=== Section Start ===

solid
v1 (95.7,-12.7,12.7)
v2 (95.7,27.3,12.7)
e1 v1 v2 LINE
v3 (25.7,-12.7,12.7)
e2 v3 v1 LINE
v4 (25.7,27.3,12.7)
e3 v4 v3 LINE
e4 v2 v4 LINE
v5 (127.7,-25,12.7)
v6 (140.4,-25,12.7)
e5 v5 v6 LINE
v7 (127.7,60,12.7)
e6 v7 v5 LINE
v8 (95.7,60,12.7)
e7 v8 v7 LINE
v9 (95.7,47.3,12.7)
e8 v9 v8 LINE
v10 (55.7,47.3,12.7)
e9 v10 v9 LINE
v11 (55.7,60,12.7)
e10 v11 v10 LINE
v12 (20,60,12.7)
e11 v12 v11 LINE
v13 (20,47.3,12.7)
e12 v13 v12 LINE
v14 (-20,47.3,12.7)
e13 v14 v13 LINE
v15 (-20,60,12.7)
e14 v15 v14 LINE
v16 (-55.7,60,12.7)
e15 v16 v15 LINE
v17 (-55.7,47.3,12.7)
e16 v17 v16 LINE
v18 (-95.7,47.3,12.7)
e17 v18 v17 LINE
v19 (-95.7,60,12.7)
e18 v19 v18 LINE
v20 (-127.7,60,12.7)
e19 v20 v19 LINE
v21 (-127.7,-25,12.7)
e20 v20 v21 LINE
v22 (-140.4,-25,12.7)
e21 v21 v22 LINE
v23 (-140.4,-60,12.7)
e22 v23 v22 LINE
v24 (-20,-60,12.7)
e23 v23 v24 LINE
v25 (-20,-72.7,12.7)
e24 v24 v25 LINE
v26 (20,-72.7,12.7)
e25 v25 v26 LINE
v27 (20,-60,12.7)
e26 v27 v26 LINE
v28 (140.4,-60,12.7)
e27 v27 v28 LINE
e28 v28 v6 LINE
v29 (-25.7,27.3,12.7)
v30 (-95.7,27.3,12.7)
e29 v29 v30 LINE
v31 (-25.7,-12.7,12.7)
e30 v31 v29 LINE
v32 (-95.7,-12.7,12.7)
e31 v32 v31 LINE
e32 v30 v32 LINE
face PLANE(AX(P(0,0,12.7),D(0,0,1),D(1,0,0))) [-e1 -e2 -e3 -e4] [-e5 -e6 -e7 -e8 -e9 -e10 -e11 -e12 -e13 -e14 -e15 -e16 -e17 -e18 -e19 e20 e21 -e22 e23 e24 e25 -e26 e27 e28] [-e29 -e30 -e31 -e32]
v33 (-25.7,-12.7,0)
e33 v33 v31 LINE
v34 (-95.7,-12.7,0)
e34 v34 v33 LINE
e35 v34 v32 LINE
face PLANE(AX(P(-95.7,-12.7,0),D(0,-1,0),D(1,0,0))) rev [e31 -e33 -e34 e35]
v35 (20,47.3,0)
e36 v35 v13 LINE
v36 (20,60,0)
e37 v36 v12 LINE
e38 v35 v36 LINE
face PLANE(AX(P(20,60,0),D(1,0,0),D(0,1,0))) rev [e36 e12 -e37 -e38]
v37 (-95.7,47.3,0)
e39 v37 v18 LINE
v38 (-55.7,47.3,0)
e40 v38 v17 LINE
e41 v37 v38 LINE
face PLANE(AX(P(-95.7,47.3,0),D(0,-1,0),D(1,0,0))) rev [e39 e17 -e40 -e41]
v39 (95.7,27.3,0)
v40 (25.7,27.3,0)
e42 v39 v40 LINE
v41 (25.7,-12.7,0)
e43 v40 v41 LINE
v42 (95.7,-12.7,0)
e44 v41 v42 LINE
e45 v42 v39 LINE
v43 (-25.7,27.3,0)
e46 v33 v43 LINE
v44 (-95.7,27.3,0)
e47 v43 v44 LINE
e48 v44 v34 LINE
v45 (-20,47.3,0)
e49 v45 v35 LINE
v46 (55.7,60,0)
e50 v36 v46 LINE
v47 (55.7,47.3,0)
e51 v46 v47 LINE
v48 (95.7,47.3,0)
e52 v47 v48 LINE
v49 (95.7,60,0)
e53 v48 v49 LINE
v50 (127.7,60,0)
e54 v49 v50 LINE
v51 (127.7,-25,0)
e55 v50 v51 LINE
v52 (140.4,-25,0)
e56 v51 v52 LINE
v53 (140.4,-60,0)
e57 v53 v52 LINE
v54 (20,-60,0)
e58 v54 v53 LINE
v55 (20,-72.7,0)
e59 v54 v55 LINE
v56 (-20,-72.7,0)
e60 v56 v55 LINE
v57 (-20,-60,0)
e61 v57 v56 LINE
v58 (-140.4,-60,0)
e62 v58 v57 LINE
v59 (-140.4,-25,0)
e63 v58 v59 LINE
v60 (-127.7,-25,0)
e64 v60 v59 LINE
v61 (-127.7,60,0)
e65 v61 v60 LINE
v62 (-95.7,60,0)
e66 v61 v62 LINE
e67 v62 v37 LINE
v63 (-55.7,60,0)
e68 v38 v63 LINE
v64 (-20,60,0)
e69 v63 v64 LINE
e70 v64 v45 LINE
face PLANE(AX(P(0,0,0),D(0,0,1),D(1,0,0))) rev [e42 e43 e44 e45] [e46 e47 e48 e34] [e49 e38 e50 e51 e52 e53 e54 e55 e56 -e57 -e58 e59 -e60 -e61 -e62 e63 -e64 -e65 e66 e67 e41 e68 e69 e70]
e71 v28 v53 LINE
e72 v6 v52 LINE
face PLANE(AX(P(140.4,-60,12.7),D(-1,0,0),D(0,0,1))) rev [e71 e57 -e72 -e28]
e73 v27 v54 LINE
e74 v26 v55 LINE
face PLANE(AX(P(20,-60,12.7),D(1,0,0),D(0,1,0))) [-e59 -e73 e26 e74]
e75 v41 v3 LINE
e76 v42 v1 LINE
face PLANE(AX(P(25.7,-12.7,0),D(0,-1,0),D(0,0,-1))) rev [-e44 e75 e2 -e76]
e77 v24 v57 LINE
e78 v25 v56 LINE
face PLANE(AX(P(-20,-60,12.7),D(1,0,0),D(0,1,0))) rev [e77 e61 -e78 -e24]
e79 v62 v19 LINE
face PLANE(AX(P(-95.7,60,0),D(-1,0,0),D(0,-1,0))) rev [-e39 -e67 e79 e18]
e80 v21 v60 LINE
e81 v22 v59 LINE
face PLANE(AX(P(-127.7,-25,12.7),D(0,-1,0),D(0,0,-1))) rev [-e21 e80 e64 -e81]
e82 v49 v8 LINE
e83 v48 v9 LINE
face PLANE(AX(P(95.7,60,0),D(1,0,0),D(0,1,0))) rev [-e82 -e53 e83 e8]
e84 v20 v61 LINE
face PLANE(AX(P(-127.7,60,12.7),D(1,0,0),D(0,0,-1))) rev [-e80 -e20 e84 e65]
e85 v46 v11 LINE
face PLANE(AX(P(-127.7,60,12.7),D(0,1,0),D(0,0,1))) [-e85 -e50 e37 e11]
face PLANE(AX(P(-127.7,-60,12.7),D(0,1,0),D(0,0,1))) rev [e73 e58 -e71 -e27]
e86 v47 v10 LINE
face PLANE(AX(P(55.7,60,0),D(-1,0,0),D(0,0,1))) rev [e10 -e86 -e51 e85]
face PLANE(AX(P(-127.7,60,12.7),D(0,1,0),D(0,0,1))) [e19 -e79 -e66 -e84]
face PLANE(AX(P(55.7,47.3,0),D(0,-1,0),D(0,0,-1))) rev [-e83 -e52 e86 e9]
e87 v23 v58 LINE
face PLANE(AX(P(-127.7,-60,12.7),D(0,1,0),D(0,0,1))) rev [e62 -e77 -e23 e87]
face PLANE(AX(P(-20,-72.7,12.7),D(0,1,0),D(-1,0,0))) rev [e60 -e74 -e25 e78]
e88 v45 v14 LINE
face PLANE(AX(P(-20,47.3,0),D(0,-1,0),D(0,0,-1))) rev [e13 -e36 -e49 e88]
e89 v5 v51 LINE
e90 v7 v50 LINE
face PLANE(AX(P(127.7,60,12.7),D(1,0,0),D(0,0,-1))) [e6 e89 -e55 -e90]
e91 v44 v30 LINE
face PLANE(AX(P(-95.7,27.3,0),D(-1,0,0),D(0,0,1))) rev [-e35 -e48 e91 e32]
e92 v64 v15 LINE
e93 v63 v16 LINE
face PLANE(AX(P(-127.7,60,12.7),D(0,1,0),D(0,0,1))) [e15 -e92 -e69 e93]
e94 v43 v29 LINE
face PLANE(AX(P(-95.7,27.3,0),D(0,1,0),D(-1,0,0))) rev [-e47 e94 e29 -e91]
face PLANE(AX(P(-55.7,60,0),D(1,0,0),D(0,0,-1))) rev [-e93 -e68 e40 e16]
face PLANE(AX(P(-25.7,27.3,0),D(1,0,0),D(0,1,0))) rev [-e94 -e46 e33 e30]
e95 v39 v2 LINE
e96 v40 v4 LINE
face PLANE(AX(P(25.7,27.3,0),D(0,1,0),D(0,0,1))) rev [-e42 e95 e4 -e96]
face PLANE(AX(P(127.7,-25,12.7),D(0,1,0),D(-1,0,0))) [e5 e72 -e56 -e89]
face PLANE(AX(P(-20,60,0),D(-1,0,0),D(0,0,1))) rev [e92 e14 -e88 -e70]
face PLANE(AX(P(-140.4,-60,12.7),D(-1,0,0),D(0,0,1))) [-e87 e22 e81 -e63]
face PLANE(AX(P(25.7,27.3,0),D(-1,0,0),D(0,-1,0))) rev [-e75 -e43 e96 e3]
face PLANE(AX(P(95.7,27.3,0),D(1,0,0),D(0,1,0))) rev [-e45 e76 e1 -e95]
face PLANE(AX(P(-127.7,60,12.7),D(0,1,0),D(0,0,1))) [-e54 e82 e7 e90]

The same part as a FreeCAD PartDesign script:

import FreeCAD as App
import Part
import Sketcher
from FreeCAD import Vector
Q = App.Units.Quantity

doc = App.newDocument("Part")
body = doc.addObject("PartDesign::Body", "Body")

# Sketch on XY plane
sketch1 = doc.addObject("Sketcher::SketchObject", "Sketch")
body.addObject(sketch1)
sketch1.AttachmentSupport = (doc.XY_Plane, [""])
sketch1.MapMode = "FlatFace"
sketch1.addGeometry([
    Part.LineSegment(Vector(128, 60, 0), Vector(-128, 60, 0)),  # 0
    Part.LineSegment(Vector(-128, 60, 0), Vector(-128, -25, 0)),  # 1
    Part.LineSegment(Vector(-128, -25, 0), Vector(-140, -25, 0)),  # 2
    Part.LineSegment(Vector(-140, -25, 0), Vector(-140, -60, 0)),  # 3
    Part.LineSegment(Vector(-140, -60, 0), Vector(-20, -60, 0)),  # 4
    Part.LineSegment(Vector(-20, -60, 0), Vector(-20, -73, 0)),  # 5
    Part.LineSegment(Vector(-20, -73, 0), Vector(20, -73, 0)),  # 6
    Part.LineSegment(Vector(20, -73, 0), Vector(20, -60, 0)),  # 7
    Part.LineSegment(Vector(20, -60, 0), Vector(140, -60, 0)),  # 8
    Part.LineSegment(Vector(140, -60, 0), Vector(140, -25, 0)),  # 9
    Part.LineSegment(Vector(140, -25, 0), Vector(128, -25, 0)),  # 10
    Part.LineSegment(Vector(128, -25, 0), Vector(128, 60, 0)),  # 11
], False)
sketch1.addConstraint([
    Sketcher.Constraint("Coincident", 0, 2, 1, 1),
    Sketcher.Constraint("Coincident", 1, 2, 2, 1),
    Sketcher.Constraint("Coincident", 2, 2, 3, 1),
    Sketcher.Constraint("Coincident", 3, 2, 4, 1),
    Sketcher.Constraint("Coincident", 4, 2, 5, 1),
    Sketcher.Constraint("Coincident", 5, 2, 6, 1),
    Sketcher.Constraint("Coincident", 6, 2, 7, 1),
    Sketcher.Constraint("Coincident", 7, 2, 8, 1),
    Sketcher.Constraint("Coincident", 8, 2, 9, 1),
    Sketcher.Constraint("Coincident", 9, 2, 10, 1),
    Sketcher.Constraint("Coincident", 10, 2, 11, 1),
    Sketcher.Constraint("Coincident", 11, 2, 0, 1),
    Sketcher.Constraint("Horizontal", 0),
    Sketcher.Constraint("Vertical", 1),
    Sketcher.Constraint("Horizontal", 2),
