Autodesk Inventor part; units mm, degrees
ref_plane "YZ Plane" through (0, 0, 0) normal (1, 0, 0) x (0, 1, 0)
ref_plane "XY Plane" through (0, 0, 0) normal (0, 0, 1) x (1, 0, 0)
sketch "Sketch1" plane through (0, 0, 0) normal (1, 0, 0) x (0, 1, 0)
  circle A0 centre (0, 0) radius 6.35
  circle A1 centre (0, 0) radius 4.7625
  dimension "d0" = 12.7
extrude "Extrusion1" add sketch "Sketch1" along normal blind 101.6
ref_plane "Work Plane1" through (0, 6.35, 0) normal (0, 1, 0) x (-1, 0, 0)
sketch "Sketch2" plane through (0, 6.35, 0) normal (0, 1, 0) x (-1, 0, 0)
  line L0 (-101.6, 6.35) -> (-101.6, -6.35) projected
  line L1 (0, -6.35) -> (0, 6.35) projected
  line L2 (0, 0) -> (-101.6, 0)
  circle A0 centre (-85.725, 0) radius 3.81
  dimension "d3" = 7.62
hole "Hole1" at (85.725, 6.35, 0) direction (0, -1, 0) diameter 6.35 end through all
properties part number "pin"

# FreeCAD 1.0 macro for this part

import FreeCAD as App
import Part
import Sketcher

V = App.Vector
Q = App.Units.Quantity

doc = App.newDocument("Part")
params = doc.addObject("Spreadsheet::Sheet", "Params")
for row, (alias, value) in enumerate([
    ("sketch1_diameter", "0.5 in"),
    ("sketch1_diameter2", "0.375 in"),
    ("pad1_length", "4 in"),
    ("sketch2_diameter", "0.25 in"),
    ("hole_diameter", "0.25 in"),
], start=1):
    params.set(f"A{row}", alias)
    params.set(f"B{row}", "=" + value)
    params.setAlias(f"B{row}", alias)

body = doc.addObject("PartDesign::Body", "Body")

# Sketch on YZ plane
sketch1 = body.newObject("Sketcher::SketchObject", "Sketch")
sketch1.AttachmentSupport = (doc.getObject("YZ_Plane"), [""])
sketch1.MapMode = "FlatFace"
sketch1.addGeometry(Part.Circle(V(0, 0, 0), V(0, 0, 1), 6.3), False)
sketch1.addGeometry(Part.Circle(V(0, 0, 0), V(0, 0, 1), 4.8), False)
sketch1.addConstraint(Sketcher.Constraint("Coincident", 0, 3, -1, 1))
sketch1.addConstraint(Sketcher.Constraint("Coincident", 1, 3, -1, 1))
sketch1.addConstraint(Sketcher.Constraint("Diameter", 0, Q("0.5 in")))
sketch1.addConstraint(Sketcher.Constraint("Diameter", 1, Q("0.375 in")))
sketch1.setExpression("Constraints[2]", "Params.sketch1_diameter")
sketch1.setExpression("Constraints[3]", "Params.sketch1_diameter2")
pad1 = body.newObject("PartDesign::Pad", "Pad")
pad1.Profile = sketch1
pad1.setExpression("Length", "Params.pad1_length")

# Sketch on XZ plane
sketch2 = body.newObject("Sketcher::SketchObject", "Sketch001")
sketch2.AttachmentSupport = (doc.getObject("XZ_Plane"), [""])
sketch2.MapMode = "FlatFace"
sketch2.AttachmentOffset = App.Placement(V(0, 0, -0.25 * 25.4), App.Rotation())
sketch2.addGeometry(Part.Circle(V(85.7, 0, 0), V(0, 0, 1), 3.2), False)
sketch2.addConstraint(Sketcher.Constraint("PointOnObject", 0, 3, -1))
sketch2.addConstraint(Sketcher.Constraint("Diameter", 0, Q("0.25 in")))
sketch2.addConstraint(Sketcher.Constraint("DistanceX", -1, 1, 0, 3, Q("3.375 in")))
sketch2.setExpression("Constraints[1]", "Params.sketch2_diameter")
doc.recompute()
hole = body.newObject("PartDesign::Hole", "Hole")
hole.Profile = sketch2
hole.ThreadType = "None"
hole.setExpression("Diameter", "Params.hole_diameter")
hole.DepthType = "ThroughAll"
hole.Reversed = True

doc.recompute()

=== Section End ===

**Problem to work on**
Extract from the records above the lines from the one containing "e4 v2 v4 LINE" to the one containing "e50 v36 v46 LINE", both lines included, exactly as they appear and with nothing else.

**Finished exercise**
e4 v2 v4 LINE
v5 (127.7,-25,12.7)
v6 (140.4,-25,12.7)
e5 v5 v6 LINE
v7 (127.7,60,12.7)
e6 v7 v5 LINE
v8 (95.7,60,12.7)
e7 v8 v7 LINE
v9 (95.7,47.3,12.7)
e8 v9 v8 LINE
v10 (55.7,47.3,12.7)
e9 v10 v9 LINE
v11 (55.7,60,12.7)
e10 v11 v10 LINE
v12 (20,60,12.7)
e11 v12 v11 LINE
v13 (20,47.3,12.7)
e12 v13 v12 LINE
v14 (-20,47.3,12.7)
e13 v14 v13 LINE
v15 (-20,60,12.7)
e14 v15 v14 LINE
v16 (-55.7,60,12.7)
e15 v16 v15 LINE
v17 (-55.7,47.3,12.7)
e16 v17 v16 LINE
v18 (-95.7,47.3,12.7)
e17 v18 v17 LINE
v19 (-95.7,60,12.7)
e18 v19 v18 LINE
v20 (-127.7,60,12.7)
e19 v20 v19 LINE
v21 (-127.7,-25,12.7)
e20 v20 v21 LINE
v22 (-140.4,-25,12.7)
e21 v21 v22 LINE
v23 (-140.4,-60,12.7)
e22 v23 v22 LINE
v24 (-20,-60,12.7)
e23 v23 v24 LINE
v25 (-20,-72.7,12.7)
e24 v24 v25 LINE
v26 (20,-72.7,12.7)
e25 v25 v26 LINE
v27 (20,-60,12.7)
e26 v27 v26 LINE
v28 (140.4,-60,12.7)
e27 v27 v28 LINE
e28 v28 v6 LINE
v29 (-25.7,27.3,12.7)
v30 (-95.7,27.3,12.7)
e29 v29 v30 LINE
v31 (-25.7,-12.7,12.7)
e30 v31 v29 LINE
v32 (-95.7,-12.7,12.7)
e31 v32 v31 LINE
e32 v30 v32 LINE
face PLANE(AX(P(0,0,12.7),D(0,0,1),D(1,0,0))) [-e1 -e2 -e3 -e4] [-e5 -e6 -e7 -e8 -e9 -e10 -e11 -e12 -e13 -e14 -e15 -e16 -e17 -e18 -e19 e20 e21 -e22 e23 e24 e25 -e26 e27 e28] [-e29 -e30 -e31 -e32]
v33 (-25.7,-12.7,0)
e33 v33 v31 LINE
v34 (-95.7,-12.7,0)
e34 v34 v33 LINE
e35 v34 v32 LINE
face PLANE(AX(P(-95.7,-12.7,0),D(0,-1,0),D(1,0,0))) rev [e31 -e33 -e34 e35]
v35 (20,47.3,0)
e36 v35 v13 LINE
v36 (20,60,0)
e37 v36 v12 LINE
e38 v35 v36 LINE
face PLANE(AX(P(20,60,0),D(1,0,0),D(0,1,0))) rev [e36 e12 -e37 -e38]
v37 (-95.7,47.3,0)
e39 v37 v18 LINE
v38 (-55.7,47.3,0)
e40 v38 v17 LINE
e41 v37 v38 LINE
face PLANE(AX(P(-95.7,47.3,0),D(0,-1,0),D(1,0,0))) rev [e39 e17 -e40 -e41]
v39 (95.7,27.3,0)
v40 (25.7,27.3,0)
e42 v39 v40 LINE
v41 (25.7,-12.7,0)
e43 v40 v41 LINE
v42 (95.7,-12.7,0)
e44 v41 v42 LINE
e45 v42 v39 LINE
v43 (-25.7,27.3,0)
e46 v33 v43 LINE
v44 (-95.7,27.3,0)
e47 v43 v44 LINE
e48 v44 v34 LINE
v45 (-20,47.3,0)
e49 v45 v35 LINE
v46 (55.7,60,0)
e50 v36 v46 LINE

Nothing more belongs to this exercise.